You look at the dosing schedule for this drug, and it's extremely front-loaded. In your first year of treatment, the drug will cost you $750,000. It's $375,000 after that. Which, yes, $375,000 is a very large number, but it's not nearly as large as $750,000. So, structurally, this drug is set up to make a lot more money when patients first start treatment.
That's exactly the crux of the issue here -- fewer patients are starting treatment. Only 280 patients in the United States started treatment in the first quarter. That was down 33% from the fourth quarter, meaning the previous one, and down 50% from Q3 before that. Biogen highlighted some overseas growth in patient starts, but truly, sales growth is dependent on these high-paying U.S. patients. So, going forward, they're going to need to expand their reach a good bit more beyond the very sickest infants and children to reach folks with less severe forms of the disease and to reach adults. And whether or not they're able to do that, to start more patients at that same high price point, is a humongous question mark, and that's without even considering the similar therapy that you mentioned from AveXis that inspired Novartis' $8.7 billion buyout earlier this month.
Overall, the stock is down about 30% from highs reached earlier this year. Where do you think that leaves Biogen?
Jones: I think it leaves a lot of question marks for Biogen. They just paid $1 billion for access to preclinical candidates, not guaranteed revenue. Still, investors are going to be wanting some sort of deal that brings mid to at least late-stage candidates into the pipeline. Without that, I don't see many opportunities for the stock to go up from here.

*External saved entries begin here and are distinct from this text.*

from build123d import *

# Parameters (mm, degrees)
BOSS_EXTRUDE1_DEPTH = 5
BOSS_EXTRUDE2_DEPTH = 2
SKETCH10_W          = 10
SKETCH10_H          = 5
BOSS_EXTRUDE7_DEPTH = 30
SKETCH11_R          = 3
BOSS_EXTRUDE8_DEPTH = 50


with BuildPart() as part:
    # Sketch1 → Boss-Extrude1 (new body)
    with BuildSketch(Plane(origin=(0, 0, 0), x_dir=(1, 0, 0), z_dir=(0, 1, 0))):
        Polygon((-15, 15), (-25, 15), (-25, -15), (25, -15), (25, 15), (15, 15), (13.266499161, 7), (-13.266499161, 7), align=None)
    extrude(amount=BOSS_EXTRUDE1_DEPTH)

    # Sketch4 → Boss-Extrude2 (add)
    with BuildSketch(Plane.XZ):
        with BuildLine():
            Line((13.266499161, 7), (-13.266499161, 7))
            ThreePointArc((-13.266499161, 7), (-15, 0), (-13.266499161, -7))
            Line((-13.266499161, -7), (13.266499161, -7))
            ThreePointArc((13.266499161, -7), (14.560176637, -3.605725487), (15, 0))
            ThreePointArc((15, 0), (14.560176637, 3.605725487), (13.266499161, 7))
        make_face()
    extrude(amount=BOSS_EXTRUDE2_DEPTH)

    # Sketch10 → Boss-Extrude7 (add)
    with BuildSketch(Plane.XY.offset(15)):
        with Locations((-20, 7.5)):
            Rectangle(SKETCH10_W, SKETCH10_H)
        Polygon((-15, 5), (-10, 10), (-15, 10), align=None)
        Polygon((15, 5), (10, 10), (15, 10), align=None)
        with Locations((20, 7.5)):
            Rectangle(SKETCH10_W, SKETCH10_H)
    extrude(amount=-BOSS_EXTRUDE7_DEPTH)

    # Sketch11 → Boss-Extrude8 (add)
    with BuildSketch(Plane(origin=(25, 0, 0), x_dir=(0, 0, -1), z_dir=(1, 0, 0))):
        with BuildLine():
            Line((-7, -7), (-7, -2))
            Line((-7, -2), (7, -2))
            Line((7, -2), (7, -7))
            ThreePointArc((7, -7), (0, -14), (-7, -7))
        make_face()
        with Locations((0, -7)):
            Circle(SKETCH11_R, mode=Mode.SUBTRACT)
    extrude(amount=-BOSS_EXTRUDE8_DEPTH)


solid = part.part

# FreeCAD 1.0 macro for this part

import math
import FreeCAD as App
import Part
import Sketcher
from FreeCAD import Vector


def add_polygon(sketch, points):
    """Adds a closed chain of lines whose ends are joined by coincident constraints."""
    first, n = sketch.GeometryCount, len(points)
    for a, b in zip(points, points[1:] + points[:1]):
        sketch.addGeometry(Part.LineSegment(App.Vector(*a, 0), App.Vector(*b, 0)), False)
    for i in range(n):
        sketch.addConstraint(Sketcher.Constraint("Coincident", first + i, 2, first + (i + 1) % n, 1))

doc = App.newDocument("Part")
body = doc.addObject("PartDesign::Body", "Body")

# Sketch on XZ plane
sketch1 = doc.addObject("Sketcher::SketchObject", "Sketch")
body.addObject(sketch1)
sketch1.AttachmentSupport = (doc.XZ_Plane, [""])
sketch1.MapMode = "FlatFace"
add_polygon(sketch1, [(-15, -15), (-25, -15), (-25, 15), (25, 15), (25, -15), (15, -15), (13, -7), (-13, -7)])  # lines 0-7
sketch1.addConstraint(Sketcher.Constraint("Horizontal", 0))
sketch1.addConstraint(Sketcher.Constraint("Vertical", 1))
sketch1.addConstraint(Sketcher.Constraint("Horizontal", 2))
sketch1.addConstraint(Sketcher.Constraint("Vertical", 3))
sketch1.addConstraint(Sketcher.Constraint("Horizontal", 4))
sketch1.addConstraint(Sketcher.Constraint("Horizontal", 6))
sketch1.addConstraint(Sketcher.Constraint("Symmetric", 0, 2, 2, 2, -1, 1))
sketch1.addConstraint(Sketcher.Constraint("Symmetric", 4, 2, 7, 2, -2))
sketch1.addConstraint(Sketcher.Constraint("Equal", 5, 7))
sketch1.addConstraint(Sketcher.Constraint("DistanceX", 0, 2, 0, 1, 10.0))
sketch1.addConstraint(Sketcher.Constraint("DistanceX", 2, 1, 2, 2, 50.0))
sketch1.addConstraint(Sketcher.Constraint("DistanceY", 1, 1, 1, 2, 30.0))
sketch1.addConstraint(Sketcher.Constraint("DistanceY", 5, 2, -1, 1, 7.0))
sketch1.addConstraint(Sketcher.Constraint("DistanceX", 6, 2, 6, 1, 26.532998))
pad1 = doc.addObject("PartDesign::Pad", "Pad")
body.addObject(pad1)
pad1.Profile = sketch1
pad1.Length = 5
pad1.Reversed = True

# Sketch on XZ plane
sketch2 = doc.addObject("Sketcher::SketchObject", "Sketch001")
body.addObject(sketch2)
sketch2.AttachmentSupport = (doc.XZ_Plane, [""])
sketch2.MapMode = "FlatFace"
sketch2.addGeometry(Part.LineSegment(Vector(13, 7, 0), Vector(-13, 7, 0)), False)
sketch2.addGeometry(Part.ArcOfCircle(Part.Circle(Vector(0, 0, 0), Vector(0, 0, 1), 15), math.radians(152), math.radians(208)), False)
sketch2.addGeometry(Part.LineSegment(Vector(-13, -7, 0), Vector(13, -7, 0)), False)
sketch2.addGeometry(Part.ArcOfCircle(Part.Circle(Vector(0, 0, 0), Vector(0, 0, 1), 15), math.radians(-28), math.radians(0)), False)
sketch2.addGeometry(Part.ArcOfCircle(Part.Circle(Vector(0, 0, 0), Vector(0, 0, 1), 15), math.radians(0), math.radians(28)), False)
sketch2.addConstraint(Sketcher.Constraint("Coincident", 0, 2, 1, 1))
sketch2.addConstraint(Sketcher.Constraint("Coincident", 1, 2, 2, 1))
sketch2.addConstraint(Sketcher.Constraint("Coincident", 2, 2, 3, 1))
sketch2.addConstraint(Sketcher.Constraint("Tangent", 3, 2, 4, 1))
sketch2.addConstraint(Sketcher.Constraint("Coincident", 4, 2, 0, 1))
sketch2.addConstraint(Sketcher.Constraint("Horizontal", 0))
sketch2.addConstraint(Sketcher.Constraint("Horizontal", 2))
sketch2.addConstraint(Sketcher.Constraint("Coincident", 1, 3, -1, 1))
sketch2.addConstraint(Sketcher.Constraint("Coincident", 3, 3, -1, 1))
sketch2.addConstraint(Sketcher.Constraint("Equal", 1, 3))
sketch2.addConstraint(Sketcher.Constraint("Equal", 3, 4))
sketch2.addConstraint(Sketcher.Constraint("PointOnObject", 3, 2, -1))
sketch2.addConstraint(Sketcher.Constraint("Vertical", 0, 2, 1, 2))
sketch2.addConstraint(Sketcher.Constraint("Radius", 1, 15.0))
sketch2.addConstraint(Sketcher.Constraint("DistanceY", -1, 1, 0, 2, 7.0))
pad2 = doc.addObject("PartDesign::Pad", "Pad001")
body.addObject(pad2)
pad2.Profile = sketch2
pad2.Length = 2

# Sketch on XY plane
sketch3 = doc.addObject("Sketcher::SketchObject", "Sketch002")
body.addObject(sketch3)
sketch3.AttachmentSupport = (doc.XY_Plane, [""])
sketch3.MapMode = "FlatFace"
sketch3.AttachmentOffset = App.Placement(Vector(0, 0, 15), App.Rotation())
add_polygon(sketch3, [(-25, 10), (-25, 5), (-15, 5), (-10, 10)])  # lines 0-3
add_polygon(sketch3, [(10, 10), (15, 5), (25, 5), (25, 10)])  # lines 4-7
sketch3.addConstraint(Sketcher.Constraint("Vertical", 0))
sketch3.addConstraint(Sketcher.Constraint("Horizontal", 1))
sketch3.addConstraint(Sketcher.Constraint("Horizontal", 3))
sketch3.addConstraint(Sketcher.Constraint("Horizontal", 5))
sketch3.addConstraint(Sketcher.Constraint("Vertical", 6))
sketch3.addConstraint(Sketcher.Constraint("Horizontal", 7))
sketch3.addConstraint(Sketcher.Constraint("Symmetric", 1, 2, 4, 2, -2))
sketch3.addConstraint(Sketcher.Constraint("Symmetric", 3, 2, 6, 2, -2))
sketch3.addConstraint(Sketcher.Constraint("Perpendicular", 2, 4))
sketch3.addConstraint(Sketcher.Constraint("Equal", 3, 7))
sketch3.addConstraint(Sketcher.Constraint("DistanceX", 1, 1, 1, 2, 10.0))
sketch3.addConstraint(Sketcher.Constraint("DistanceX", 3, 2, 3, 1, 15.0))
sketch3.addConstraint(Sketcher.Constraint("DistanceX", 0, 2, -1, 1, 25.0))
sketch3.addConstraint(Sketcher.Constraint("DistanceY", -1, 1, 0, 2, 5.0))
pad3 = doc.addObject("PartDesign::Pad", "Pad002")
body.addObject(pad3)
pad3.Profile = sketch3
pad3.Length = 30
pad3.Reversed = True

# Sketch on YZ plane
sketch4 = doc.addObject("Sketcher::SketchObject", "Sketch003")
body.addObject(sketch4)
sketch4.AttachmentSupport = (doc.YZ_Plane, [""])
sketch4.MapMode = "FlatFace"
sketch4.AttachmentOffset = App.Placement(Vector(0, 0, 25), App.Rotation())
sketch4.addGeometry(Part.LineSegment(Vector(-2, 7, 0), Vector(-7, 7, 0)), False)
sketch4.addGeometry(Part.ArcOfCircle(Part.Circle(Vector(-7, 0, 0), Vector(0, 0, 1), 7), math.radians(90), math.radians(270)), False)
sketch4.addGeometry(Part.LineSegment(Vector(-7, -7, 0), Vector(-2, -7, 0)), False)
sketch4.addGeometry(Part.LineSegment(Vector(-2, -7, 0), Vector(-2, 7, 0)), False)
sketch4.addGeometry(Part.Circle(Vector(-7, 0, 0), Vector(0, 0, 1), 3), False)
sketch4.addConstraint(Sketcher.Constraint("Tangent", 0, 2, 1, 1))
sketch4.addConstraint(Sketcher.Constraint("Tangent", 1, 2, 2, 1))
sketch4.addConstraint(Sketcher.Constraint("Coincident", 2, 2, 3, 1))
sketch4.addConstraint(Sketcher.Constraint("Coincident", 3, 2, 0, 1))
sketch4.addConstraint(Sketcher.Constraint("Horizontal", 0))
sketch4.addConstraint(Sketcher.Constraint("Horizontal", 2))
sketch4.addConstraint(Sketcher.Constraint("Vertical", 3))
sketch4.addConstraint(Sketcher.Constraint("Coincident", 4, 3, 1, 3))
sketch4.addConstraint(Sketcher.Constraint("PointOnObject", 1, 3, -1))
sketch4.addConstraint(Sketcher.Constraint("Diameter", 4, 6.0))
sketch4.addConstraint(Sketcher.Constraint("Radius", 1, 7.0))
sketch4.addConstraint(Sketcher.Constraint("DistanceX", 0, 2, 0, 1, 5.0))
sketch4.addConstraint(Sketcher.Constraint("DistanceX", 1, 3, -1, 1, 7.0))
pad4 = doc.addObject("PartDesign::Pad", "Pad003")
body.addObject(pad4)
pad4.Profile = sketch4
pad4.Length = 50
pad4.Reversed = True

doc.recompute()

Harjes: And I think that's why it's one of the cheapest large biotechs out there. On a forward P/E basis, it's trading for just under 11X, which puts them neck-and-neck with Celgene when it comes to low valuations. And anybody following the industry knows that there's been a heavy amount of pessimism surrounding Celgene right now. Truly, I like Celgene's prospects a lot better, if we wanted to head-to-head them like that. But that's probably a discussion for another day.
Shannon, this was a blast. Thank you so much for coming on today!
Jones: Thanks for having me! Always fun!
Harjes: As always, people on the program may have interests in the stocks they talk about, and The Motley Fool may have formal recommendations for or against, so don't buy or sell stocks based solely on what you hear. This show is produced by Dan Boyd today. For Shannon Jones, I'm Kristine Harjes, thanks for listening and Fool on!